By Brenden Bobby
Reader Staff
It’s all led up to this. One small print for a man, one giant block of text for Bonner County!
In last week’s Mad About Science article, we discussed some of the challenges associated with traveling to Mars. Now, we will explore ways in which we could colonize the red planet.
As you already know, Mars has a very thin atmosphere, which leads to a problem with retaining heat and deflecting radiation. This would prove problematic for our first Martian settlers, as it would mean they would need to be very careful when dealing with oxygen and carbon dioxide. Humans breathe in oxygen and exhale carbon dioxide as waste. The carbon dioxide waste is then utilized by plants on Earth and converted back into oxygen via photosynthesis, thus using the carbon as building blocks to help grow more of the plant.
Mars doesn’t have any plants, and its fluctuating temperature and lack of circulating oxygen makes it impossible for plants to grow there without shelter.
Humans would need to build habitat structures, likely out of polymers and other plastics. These habitats would accomplish two primary goals: to trap heat and to trap gas.
Here on Earth, we already have structures for growing plants in otherwise inhospitable conditions. A greenhouse is a very basic form of structure that would be used to great effect on the Martian surface, but as greenhouse owners know, heating a structure in sub-zero temperatures becomes difficult. That difficulty is compounded when the nearest cord of wood for your stove is more than 200 million miles away.
Martian heating would be a challenge, but not impossible. Colonists would be able to utilize three primary methods for heating: electrical, body heat and compost. Due to a lack of resources, solar and mechanical energy production are the most viable to use. Colonists would be able to use a mix of solar panels and manual turbines to generate electricity — imagine an exercise bike or the crank of an old-school ox-driven mill. Manual conversion would require increased calorie intake from the colonists, which would make them burn through food more quickly, but it would also generate body heat while keeping the colonists in good health. Of course, this becomes a moot point if we were to discover hydrocarbons, similar to propane or other natural gasses, on Mars.
A practice we employ on Earth is to fill multiple black plastic barrels with water and stack them inside of a greenhouse. The solar energy from the sun is absorbed by the dark paint, which heats the water acting as a thermal battery. This could also be employed on Mars, provided the water wasn’t allowed an avenue to escape and evaporate to be lost forever. Additionally, that water would have to have been carted from Earth or harvested from the Martian poles as ice.
Compost heat would fulfill two major roles: heating the ambient area while also recycling nutrients to feed to the plants that act as both a carbon filter and a source of sustenance. Sorry, folks, but if you have to be within 50 feet of a flush toilet while camping, you won’t want to sign up for a trip to Mars. The first few colonies will likely be heated and sustained largely by humanure.
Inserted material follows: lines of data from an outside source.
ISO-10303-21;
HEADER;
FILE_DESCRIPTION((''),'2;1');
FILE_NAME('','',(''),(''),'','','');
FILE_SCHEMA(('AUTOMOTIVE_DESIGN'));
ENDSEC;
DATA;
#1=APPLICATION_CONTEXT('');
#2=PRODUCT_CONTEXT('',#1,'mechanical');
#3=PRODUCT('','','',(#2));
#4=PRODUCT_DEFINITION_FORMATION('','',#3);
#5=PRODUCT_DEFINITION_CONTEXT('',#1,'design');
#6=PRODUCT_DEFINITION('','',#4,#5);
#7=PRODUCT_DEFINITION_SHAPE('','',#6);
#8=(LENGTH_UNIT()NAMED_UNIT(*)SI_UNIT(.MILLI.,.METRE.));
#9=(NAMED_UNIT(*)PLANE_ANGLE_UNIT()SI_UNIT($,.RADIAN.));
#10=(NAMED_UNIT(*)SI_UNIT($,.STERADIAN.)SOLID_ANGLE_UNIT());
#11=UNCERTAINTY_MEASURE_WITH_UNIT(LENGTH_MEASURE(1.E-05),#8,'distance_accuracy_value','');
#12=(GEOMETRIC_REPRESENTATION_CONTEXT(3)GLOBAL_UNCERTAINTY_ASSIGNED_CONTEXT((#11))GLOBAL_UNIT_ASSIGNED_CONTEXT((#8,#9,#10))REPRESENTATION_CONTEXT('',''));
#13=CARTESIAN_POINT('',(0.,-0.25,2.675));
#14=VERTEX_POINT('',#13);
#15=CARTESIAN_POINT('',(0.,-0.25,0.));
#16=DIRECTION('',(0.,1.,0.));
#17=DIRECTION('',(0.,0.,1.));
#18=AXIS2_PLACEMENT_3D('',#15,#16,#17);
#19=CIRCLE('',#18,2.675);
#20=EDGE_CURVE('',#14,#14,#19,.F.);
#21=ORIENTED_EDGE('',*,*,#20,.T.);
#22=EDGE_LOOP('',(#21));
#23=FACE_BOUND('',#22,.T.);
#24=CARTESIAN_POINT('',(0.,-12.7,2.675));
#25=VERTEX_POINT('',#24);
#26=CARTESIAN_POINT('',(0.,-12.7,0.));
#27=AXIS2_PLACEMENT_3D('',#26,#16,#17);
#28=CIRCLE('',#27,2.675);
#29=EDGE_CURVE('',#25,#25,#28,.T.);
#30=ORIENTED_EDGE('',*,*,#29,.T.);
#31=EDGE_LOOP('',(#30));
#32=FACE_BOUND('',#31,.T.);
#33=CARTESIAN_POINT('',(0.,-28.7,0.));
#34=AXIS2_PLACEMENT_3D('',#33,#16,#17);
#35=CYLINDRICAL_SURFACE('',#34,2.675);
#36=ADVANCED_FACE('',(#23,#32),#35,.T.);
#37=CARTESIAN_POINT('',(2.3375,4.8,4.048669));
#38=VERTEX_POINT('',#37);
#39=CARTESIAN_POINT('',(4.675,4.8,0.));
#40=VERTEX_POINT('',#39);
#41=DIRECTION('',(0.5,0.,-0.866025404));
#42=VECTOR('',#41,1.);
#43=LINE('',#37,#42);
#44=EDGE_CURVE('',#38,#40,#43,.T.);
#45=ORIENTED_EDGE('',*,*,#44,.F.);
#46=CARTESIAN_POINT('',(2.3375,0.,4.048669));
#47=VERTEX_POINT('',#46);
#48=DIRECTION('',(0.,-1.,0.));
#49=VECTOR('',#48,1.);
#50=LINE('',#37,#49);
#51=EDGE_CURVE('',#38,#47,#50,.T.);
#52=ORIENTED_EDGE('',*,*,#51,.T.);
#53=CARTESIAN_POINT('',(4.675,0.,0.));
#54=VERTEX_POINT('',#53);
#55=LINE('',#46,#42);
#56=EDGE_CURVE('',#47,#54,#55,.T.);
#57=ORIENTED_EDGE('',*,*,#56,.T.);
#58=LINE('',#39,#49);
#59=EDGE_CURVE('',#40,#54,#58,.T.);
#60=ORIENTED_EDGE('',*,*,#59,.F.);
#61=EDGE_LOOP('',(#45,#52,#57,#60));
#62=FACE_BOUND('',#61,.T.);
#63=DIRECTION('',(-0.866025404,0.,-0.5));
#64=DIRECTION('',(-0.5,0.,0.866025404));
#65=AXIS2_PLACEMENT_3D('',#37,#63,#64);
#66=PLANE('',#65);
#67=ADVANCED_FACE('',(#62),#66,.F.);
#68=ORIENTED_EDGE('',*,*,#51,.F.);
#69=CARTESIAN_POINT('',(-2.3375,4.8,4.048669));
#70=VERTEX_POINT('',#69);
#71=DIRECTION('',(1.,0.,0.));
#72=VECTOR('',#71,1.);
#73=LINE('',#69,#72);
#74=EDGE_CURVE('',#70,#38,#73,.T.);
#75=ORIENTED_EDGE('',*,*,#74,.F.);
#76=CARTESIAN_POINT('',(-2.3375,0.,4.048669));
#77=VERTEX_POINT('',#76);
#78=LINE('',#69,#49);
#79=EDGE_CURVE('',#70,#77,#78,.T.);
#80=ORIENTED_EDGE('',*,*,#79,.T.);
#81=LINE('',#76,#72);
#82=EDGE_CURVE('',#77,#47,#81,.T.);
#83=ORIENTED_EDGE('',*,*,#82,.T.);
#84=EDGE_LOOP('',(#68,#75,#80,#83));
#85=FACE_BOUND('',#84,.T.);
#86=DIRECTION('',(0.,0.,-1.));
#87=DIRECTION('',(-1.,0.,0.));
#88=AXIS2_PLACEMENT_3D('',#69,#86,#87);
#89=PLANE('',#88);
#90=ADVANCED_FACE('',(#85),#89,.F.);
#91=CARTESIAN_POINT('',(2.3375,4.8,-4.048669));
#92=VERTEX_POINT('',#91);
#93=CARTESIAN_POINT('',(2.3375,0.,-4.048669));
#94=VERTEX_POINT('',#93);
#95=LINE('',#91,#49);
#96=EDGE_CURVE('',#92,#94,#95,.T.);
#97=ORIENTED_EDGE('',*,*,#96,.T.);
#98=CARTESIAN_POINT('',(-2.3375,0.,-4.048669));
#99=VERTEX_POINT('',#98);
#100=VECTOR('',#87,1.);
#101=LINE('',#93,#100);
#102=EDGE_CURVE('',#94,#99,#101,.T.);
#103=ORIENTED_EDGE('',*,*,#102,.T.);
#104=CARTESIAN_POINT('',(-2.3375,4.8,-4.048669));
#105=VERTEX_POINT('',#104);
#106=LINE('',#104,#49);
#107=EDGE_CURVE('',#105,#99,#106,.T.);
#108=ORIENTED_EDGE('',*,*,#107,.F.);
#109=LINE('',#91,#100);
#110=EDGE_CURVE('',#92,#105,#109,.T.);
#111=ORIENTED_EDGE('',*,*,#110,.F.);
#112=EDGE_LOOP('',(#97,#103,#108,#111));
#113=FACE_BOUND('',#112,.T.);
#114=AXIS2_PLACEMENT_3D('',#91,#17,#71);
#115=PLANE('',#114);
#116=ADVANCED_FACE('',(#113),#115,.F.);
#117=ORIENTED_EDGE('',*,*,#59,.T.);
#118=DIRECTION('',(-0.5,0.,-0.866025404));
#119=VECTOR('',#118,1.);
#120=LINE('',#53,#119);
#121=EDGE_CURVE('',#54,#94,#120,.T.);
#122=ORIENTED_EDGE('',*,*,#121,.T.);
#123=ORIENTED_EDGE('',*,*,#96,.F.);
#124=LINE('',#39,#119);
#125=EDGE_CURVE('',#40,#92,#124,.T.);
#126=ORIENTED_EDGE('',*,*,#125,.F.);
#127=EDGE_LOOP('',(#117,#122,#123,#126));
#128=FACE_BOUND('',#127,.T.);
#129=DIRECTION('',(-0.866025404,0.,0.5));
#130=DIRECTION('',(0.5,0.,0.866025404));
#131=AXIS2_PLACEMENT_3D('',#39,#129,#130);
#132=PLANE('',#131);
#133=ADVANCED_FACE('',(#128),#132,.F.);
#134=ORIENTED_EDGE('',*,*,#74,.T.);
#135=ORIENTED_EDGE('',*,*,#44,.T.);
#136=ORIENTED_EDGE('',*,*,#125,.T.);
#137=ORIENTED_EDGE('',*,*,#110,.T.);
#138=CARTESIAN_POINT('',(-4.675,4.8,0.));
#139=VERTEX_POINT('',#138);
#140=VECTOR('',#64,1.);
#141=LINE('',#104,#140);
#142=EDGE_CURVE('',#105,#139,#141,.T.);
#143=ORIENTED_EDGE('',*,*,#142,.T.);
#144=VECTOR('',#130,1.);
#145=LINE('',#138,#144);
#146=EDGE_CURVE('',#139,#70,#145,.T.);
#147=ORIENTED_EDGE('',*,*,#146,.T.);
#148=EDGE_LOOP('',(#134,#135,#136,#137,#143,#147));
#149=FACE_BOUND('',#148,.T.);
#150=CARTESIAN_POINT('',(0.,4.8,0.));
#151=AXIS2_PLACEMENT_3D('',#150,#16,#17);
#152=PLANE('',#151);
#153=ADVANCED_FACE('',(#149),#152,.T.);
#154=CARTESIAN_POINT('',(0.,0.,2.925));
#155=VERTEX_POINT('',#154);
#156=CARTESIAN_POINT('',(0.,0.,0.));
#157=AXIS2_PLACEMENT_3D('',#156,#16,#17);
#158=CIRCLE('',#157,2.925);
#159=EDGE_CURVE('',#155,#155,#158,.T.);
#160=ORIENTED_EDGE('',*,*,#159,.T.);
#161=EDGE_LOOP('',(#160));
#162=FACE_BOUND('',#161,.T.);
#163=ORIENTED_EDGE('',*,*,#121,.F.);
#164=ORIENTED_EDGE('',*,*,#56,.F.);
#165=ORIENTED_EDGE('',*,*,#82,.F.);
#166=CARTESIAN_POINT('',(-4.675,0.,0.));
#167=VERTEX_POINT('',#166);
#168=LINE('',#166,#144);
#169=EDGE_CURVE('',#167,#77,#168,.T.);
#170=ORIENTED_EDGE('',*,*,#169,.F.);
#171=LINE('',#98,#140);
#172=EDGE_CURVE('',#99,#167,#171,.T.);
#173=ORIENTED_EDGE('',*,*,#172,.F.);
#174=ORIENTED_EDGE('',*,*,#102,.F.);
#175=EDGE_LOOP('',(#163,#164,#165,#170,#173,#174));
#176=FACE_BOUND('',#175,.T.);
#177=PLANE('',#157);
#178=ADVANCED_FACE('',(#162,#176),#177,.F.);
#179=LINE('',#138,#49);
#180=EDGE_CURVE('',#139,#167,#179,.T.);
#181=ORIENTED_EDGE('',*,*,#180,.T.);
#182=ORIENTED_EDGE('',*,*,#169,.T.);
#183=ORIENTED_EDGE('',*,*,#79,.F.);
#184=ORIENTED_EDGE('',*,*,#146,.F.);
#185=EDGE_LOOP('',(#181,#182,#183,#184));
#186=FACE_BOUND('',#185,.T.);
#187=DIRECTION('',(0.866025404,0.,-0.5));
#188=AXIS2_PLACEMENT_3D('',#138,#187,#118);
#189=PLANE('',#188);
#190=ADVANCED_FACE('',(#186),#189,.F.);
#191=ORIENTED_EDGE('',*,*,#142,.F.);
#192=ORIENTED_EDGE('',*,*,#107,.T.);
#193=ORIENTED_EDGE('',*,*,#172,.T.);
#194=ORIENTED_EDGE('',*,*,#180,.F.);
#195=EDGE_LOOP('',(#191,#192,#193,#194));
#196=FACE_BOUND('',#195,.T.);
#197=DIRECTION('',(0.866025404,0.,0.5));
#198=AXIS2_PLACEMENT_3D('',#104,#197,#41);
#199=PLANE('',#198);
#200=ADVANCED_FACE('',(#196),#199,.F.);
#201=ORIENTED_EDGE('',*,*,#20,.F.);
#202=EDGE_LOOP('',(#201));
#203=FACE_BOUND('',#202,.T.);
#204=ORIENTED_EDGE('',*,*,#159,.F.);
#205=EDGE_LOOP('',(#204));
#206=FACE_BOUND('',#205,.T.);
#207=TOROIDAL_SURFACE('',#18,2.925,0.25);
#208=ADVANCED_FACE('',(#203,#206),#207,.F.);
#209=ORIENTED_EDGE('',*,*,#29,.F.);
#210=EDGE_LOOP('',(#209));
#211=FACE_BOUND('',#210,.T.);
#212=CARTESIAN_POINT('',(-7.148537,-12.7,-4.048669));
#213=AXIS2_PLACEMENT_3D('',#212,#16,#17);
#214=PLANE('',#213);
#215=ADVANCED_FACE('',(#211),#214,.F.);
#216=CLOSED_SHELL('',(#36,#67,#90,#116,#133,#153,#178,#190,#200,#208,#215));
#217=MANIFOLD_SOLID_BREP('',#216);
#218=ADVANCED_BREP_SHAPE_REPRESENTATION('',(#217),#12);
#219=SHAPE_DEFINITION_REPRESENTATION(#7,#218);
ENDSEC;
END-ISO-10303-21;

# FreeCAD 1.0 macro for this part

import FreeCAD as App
import Part
import Sketcher
from FreeCAD import Vector
Q = App.Units.Quantity


def edges_at(feature, points):
    """Names of the edges that pass closest to the given points."""
    edges = feature.Shape.Edges
    near = lambda p: min(range(len(edges)), key=lambda i: edges[i].distToShape(Part.Vertex(*p))[0])
    return sorted({f"Edge{near(p) + 1}" for p in points})

doc = App.newDocument("Part")
params = doc.addObject("Spreadsheet::Sheet", "Params")
for row, (alias, value) in enumerate([
    ("pad1_length", "4.8 mm"),
    ("sketch2_diameter", "5.35 mm"),
    ("pad2_length", "28.7 mm"),
    ("fillet_radius", "0.25 mm"),
], start=1):
    params.set(f"A{row}", alias)
    params.set(f"B{row}", "=" + value)
    params.setAlias(f"B{row}", alias)

body = doc.addObject("PartDesign::Body", "Body")

sketch1 = doc.addObject("Sketcher::SketchObject", "Sketch")
body.addObject(sketch1)
sketch1.AttachmentSupport = (doc.XZ_Plane, [""])
sketch1.MapMode = "FlatFace"
sketch1.addGeometry([
    Part.LineSegment(Vector(-2.3375, -4.048669, 0), Vector(-4.675, 0, 0)),
    Part.LineSegment(Vector(-4.675, 0, 0), Vector(-2.3375, 4.048669, 0)),
    Part.LineSegment(Vector(-2.3375, 4.048669, 0), Vector(2.3375, 4.048669, 0)),
    Part.LineSegment(Vector(2.3375, 4.048669, 0), Vector(4.675, 0, 0)),
    Part.LineSegment(Vector(4.675, 0, 0), Vector(2.3375, -4.048669, 0)),
    Part.LineSegment(Vector(2.3375, -4.048669, 0), Vector(-2.3375, -4.048669, 0)),
], False)
sketch1.addConstraint([
    Sketcher.Constraint("Coincident", 0, 2, 1, 1),
    Sketcher.Constraint("Coincident", 1, 2, 2, 1),
    Sketcher.Constraint("Coincident", 2, 2, 3, 1),
    Sketcher.Constraint("Coincident", 3, 2, 4, 1),
    Sketcher.Constraint("Coincident", 4, 2, 5, 1),
    Sketcher.Constraint("Coincident", 5, 2, 0, 1),
    Sketcher.Constraint("Horizontal", 2),
    Sketcher.Constraint("Horizontal", 5),
    Sketcher.Constraint("Symmetric", 0, 2, 3, 2, -1, 1),
    Sketcher.Constraint("Symmetric", 1, 2, 4, 2, -1, 1),
    Sketcher.Constraint("PointOnObject", 0, 2, -1),
    Sketcher.Constraint("Parallel", 0, 3),
    Sketcher.Constraint("Vertical", 2, 2, 4, 2),
    Sketcher.Constraint("Angle", 0, Q("120 deg")),
    Sketcher.Constraint("DistanceX", 2, 1, 2, 2, 4.675),
    Sketcher.Constraint("DistanceX", 0, 2, 3, 2, 9.35),
])
pad1 = doc.addObject("PartDesign::Pad", "Pad")
body.addObject(pad1)
pad1.Profile = sketch1
pad1.setExpression("Length", "Params.pad1_length")
pad1.Reversed = True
Once we’ve developed some dome cities on the planet’s surface, what comes next? Would we be able to terraform the planet and alter the climate like we’re doing on Earth?
NASA surveyed Mars and did some big calculations to figure out whether or not we could pump enough carbon dioxide into the atmosphere to create an artificial planet-wide greenhouse effect like we’re doing on Earth. Warming Mars would be beneficial for us, unlike on Earth.
Unfortunately, there aren’t enough resources on the planet to terraform it in a way that could benefit humans, at least not with our current technology. This would require an immense amount of supplies to be transported from Earth or another planet — preferably Venus, which has a thick atmosphere. This in turn would expend even more resources to transport.
An alternative to space trucking resources from Earth would be to set up a mobile manufacturing center that roams through the asteroid belt between Mars and Jupiter. In theory, this roaming factory would be able to harvest some asteroids for materials to create things like rockets that would push larger asteroids out of the belt, and into a collision-course with Mars. If enough of them were to impact the planet’s surface, we could theoretically re-populate the atmosphere with carbon, oxygen, nitrogen and other gasses. This is well beyond our level of technology at this point, but it seems more viable than hauling gas from Venus or Earth.
However, if we’ve mastered absolute recycling, there wouldn’t be a need to terraform the planet. In fact, it would make more sense to just build greenhouses in space that orbit the sun. Imagine your own self-contained 40 acres, where your nearest neighbor is 100,000 miles away. This was explored in the theoretical O’Neill cylinder from 1976. Essentially, it’s a miniature Earth in a tube that spins to simulate the effects of gravity with centrifugal force.
Mars and O’Neill cylinders would certainly solve the housing crisis; though with an estimated cost ranging from $800 billion to $10 trillion per cylinder, something tells me City Council wouldn’t approve a vote on that any time soon.
Prove me wrong, and stay curious, 7B.